Hypothesis

Senescent cells release specialized extracellular vesicles (senEVs) that do more than summon antigen‑presenting cells; they also deliver cargo that modulates neutrophil extracellular trap (NET) formation, thereby fine‑tuning the balance between tissue repair and fibrosis. When senescent cell clearance is impaired, persistent senEV signaling drives maladaptive NETosis, converting a protective negotiation into a pro‑fibrotic cascade.

Mechanistic rationale

• SenEVs described in [5] contain six unique ligands that recruit APCs and activate CD4⁺ T cells. Proteomic profiling of senEVs from hepatic stellate cells reveals enrichment of myeloperoxidase‑activating peptides and citrullinated histones, known NET‑inducing motifs.
• NETs extrude DNA‑histone scaffolds that trap pathogens but also serve as a scaffold for collagen deposition; excessive NETosis correlates with liver fibrosis in models of cholestatic injury.
• In liver injury, senescent hepatic stellate cells (HSCs) recruit immune cells that limit fibrosis ([3]). We propose that a fraction of this recruitment is mediated via senEV‑driven NETosis, which creates a transient, localized inflammatory milieu that activates stellate cell apoptosis via DNase‑I–sensitive pathways.
• When macrophage‑dependent clearance of senescent cells fails (as in aging or chronic injury), senEV accumulation sustains NETosis, leading to persistent extracellular DNA that activates TLR9 on HSCs, promoting a profibrotic phenotype ([6],[7]).

Testable predictions

1. In vivo – Mice with hepatocyte‑specific p16‑3MR senescent cell ablation will show reduced hepatic senEV levels, decreased citrullinated histone H3 (a NET marker), and attenuated collagen deposition after CCl₄ injury compared with controls.
2. In vitro – Isolated senEVs from senescent HSCs will induce NET formation in neutrophils isolated from wild‑type mice; pretreatment with NET‑inhibitory DNase I or PAD4 inhibitor will block senEV‑stimulated collagen‑I expression in HSC cultures.
3. Biomarker – Serum levels of senEV‑associated miR‑122‑5p (predicted to target PAD4) will inversely correlate with NET biomarkers and fibrosis stage in human NAFLD patients; longitudinal sampling after senolytic treatment will reveal a rise in miR‑122‑5p concurrent with falling NET scores.
4. Rescue – Administering PAD4 inhibitor GSK484 to aged mice with accumulated senescent HSCs will normalize NETosis, reduce TLR9‑driven TGF‑β1 signaling, and improve liver histology without altering senescent cell numbers.

Experimental approach

• Generate a triple‑reporter mouse: p16‑3MR (senescent cell ablation), LysM‑Cre‑Rosa26‑tdTomato (macrophage tracking), and MPO‑GFP (NET visualization). Induce liver injury, treat with or without ganciclovir, and quantify senEV uptake by neutrophils using flow cytometry for CD63‑positive vesicles.
• Perform mass spectrometry on senEVs isolated from p16⁺ HSCs to identify NET‑related cargo; validate hits with western blot for citrullinated histone H3 and MPO.
• Use transgenic PAD4‑fl/fl mice crossed to LysM‑Cre to specifically delete PAD4 in neutrophils; assess fibrosis outcomes after injury.
• In human cohorts, isolate senEVs from plasma via size‑exclusion chromatography, quantify miR‑122‑5p by qPCR, and correlate with serum cfDNA‑MPO complexes and ELF fibrosis scores.

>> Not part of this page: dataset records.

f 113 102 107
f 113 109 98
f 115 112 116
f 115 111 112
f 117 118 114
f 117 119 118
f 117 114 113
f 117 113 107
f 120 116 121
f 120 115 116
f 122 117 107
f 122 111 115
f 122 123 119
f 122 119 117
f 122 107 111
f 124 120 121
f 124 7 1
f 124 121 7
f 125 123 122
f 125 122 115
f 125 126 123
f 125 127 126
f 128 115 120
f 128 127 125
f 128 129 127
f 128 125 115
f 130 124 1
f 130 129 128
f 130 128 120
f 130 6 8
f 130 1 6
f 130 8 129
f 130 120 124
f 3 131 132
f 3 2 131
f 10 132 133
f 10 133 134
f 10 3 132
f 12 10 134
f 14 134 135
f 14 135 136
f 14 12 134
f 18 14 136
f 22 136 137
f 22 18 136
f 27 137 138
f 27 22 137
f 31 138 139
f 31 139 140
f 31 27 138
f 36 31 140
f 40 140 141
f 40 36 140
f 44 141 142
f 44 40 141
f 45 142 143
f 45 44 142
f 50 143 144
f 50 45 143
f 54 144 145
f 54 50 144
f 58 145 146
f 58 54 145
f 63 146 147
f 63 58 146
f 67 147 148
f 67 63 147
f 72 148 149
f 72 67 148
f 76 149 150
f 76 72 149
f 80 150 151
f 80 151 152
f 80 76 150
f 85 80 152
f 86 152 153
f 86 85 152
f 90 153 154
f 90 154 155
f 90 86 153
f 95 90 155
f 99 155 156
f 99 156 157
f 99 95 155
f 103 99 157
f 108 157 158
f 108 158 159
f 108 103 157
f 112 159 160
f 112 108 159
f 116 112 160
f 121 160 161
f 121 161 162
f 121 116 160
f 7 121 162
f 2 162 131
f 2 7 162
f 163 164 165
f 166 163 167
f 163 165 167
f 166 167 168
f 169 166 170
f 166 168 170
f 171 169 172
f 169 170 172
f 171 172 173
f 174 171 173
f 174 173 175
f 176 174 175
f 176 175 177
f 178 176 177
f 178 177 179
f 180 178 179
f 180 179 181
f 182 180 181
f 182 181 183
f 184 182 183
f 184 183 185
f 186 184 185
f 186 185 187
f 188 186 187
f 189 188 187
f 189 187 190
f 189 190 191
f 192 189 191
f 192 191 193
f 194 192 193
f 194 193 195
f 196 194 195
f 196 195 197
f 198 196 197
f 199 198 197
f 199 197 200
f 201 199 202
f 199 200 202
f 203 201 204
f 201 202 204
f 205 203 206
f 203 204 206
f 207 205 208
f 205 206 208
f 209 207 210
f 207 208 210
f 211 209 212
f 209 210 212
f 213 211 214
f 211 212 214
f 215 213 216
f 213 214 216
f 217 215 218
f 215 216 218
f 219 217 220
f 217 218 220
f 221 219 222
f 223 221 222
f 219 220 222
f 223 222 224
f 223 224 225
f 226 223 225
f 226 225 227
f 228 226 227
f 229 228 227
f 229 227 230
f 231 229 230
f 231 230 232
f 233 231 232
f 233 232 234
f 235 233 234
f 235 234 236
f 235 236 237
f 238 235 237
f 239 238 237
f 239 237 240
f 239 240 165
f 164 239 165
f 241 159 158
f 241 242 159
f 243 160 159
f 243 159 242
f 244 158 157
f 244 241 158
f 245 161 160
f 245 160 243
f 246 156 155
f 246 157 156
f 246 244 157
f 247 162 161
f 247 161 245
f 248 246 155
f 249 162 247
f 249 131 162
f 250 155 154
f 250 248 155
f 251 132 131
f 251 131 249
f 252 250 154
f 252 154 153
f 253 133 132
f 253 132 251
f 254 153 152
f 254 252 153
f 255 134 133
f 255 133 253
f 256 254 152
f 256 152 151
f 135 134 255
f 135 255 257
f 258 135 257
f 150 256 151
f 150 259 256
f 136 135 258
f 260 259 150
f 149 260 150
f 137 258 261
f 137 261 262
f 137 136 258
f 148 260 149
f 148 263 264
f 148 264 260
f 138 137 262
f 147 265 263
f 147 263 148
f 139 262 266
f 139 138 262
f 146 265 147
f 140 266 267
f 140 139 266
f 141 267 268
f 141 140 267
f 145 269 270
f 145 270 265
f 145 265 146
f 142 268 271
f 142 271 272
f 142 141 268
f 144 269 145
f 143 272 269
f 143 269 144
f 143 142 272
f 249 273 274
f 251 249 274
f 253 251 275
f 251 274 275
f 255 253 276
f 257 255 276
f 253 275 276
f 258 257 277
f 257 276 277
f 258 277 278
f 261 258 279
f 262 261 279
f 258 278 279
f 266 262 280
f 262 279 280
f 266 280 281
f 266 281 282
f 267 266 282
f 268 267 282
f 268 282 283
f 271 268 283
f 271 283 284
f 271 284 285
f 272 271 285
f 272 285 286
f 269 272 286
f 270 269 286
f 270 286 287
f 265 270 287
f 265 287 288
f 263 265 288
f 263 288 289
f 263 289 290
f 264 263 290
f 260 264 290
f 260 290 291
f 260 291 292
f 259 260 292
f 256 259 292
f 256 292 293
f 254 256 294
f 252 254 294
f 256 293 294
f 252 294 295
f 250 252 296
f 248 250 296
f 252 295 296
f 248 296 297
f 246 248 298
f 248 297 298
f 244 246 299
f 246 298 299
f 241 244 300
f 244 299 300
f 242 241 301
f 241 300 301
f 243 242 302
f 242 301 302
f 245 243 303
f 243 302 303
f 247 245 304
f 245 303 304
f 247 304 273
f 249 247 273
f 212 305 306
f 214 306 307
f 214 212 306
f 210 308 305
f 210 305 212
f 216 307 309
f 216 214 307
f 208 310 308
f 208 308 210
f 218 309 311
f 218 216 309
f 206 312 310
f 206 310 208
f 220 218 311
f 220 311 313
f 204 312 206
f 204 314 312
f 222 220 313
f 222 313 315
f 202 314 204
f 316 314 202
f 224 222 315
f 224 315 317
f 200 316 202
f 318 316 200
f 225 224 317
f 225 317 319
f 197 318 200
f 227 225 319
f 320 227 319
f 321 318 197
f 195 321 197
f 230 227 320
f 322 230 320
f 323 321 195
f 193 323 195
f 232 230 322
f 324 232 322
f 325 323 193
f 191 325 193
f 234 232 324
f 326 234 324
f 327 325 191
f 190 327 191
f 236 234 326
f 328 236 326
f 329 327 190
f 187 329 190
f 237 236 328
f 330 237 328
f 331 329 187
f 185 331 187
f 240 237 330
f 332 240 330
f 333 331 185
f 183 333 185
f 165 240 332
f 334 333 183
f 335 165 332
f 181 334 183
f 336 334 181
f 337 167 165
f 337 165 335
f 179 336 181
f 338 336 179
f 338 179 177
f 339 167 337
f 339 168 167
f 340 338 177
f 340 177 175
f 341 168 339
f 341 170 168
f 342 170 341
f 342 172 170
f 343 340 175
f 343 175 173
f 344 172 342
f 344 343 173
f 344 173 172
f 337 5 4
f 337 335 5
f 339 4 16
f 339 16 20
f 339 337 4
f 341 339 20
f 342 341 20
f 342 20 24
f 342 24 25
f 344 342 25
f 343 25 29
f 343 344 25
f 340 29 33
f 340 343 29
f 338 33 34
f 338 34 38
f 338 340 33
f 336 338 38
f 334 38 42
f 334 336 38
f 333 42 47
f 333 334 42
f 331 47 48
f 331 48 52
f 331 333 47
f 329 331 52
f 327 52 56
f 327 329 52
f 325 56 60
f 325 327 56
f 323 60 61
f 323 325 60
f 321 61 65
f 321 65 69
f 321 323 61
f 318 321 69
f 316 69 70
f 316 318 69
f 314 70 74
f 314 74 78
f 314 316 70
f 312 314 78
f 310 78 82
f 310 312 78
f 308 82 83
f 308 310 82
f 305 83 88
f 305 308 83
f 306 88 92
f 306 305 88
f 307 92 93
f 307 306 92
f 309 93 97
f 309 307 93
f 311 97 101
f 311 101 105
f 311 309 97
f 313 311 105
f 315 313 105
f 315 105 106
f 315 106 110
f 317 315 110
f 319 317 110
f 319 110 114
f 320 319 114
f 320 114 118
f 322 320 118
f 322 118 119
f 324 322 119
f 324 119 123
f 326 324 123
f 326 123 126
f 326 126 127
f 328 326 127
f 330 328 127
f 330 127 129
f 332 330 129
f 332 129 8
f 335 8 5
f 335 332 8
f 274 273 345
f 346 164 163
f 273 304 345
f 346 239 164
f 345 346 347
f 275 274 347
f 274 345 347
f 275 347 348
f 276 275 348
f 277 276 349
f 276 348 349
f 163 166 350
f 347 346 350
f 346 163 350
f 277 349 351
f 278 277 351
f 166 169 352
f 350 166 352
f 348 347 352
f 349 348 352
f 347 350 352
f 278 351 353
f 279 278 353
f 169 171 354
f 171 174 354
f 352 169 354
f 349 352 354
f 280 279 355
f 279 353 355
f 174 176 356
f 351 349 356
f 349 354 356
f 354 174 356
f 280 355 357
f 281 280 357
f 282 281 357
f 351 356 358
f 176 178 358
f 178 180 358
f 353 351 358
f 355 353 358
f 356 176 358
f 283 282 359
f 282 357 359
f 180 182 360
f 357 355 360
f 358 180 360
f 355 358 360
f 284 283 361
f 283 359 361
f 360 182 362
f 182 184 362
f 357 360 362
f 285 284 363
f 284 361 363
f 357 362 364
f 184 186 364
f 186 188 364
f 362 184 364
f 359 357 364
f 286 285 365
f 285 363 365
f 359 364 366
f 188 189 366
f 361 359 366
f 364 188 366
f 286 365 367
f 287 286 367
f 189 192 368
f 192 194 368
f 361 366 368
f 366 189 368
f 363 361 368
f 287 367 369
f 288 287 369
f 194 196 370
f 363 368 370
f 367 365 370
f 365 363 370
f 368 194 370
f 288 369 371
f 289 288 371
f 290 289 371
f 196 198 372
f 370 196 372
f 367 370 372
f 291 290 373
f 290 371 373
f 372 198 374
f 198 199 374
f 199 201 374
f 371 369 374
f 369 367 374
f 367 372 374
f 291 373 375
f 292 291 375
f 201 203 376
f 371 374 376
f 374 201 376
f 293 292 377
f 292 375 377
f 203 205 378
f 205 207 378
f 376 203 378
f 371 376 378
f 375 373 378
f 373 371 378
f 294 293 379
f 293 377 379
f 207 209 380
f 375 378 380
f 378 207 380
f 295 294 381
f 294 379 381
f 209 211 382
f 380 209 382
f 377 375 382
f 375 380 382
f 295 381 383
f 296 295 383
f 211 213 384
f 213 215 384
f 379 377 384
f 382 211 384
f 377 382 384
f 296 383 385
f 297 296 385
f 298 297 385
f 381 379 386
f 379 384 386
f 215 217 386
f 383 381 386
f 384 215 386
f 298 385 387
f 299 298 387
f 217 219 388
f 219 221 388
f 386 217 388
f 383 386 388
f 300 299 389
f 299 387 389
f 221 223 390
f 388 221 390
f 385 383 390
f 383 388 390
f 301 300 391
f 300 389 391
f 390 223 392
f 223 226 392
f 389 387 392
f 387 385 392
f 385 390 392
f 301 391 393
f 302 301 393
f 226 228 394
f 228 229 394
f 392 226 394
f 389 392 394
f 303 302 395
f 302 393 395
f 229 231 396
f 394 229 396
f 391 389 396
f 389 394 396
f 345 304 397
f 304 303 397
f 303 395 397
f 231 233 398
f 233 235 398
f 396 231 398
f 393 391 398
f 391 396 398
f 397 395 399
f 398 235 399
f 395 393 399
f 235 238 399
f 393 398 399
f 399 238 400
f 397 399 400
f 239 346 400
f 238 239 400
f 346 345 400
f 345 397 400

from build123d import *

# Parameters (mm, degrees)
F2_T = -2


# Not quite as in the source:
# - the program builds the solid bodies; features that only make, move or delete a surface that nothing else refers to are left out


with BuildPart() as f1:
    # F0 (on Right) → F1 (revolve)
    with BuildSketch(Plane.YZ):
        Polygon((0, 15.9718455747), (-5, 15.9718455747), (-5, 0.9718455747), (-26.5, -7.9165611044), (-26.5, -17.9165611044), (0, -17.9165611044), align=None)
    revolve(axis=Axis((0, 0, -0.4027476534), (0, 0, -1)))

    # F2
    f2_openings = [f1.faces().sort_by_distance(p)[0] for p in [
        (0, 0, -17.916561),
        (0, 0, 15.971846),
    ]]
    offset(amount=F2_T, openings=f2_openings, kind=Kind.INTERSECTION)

If senEV‑driven NETosis proves to be a pivotal switch that converts senescent cell‑mediated repair into fibrosis, targeting this axis—either by boosting senEV clearance, inhibiting PAD4, or supplementing protective miRNAs—could uncouple the beneficial “hostage negotiator” role of senescence from its deleterious chronic manifestation.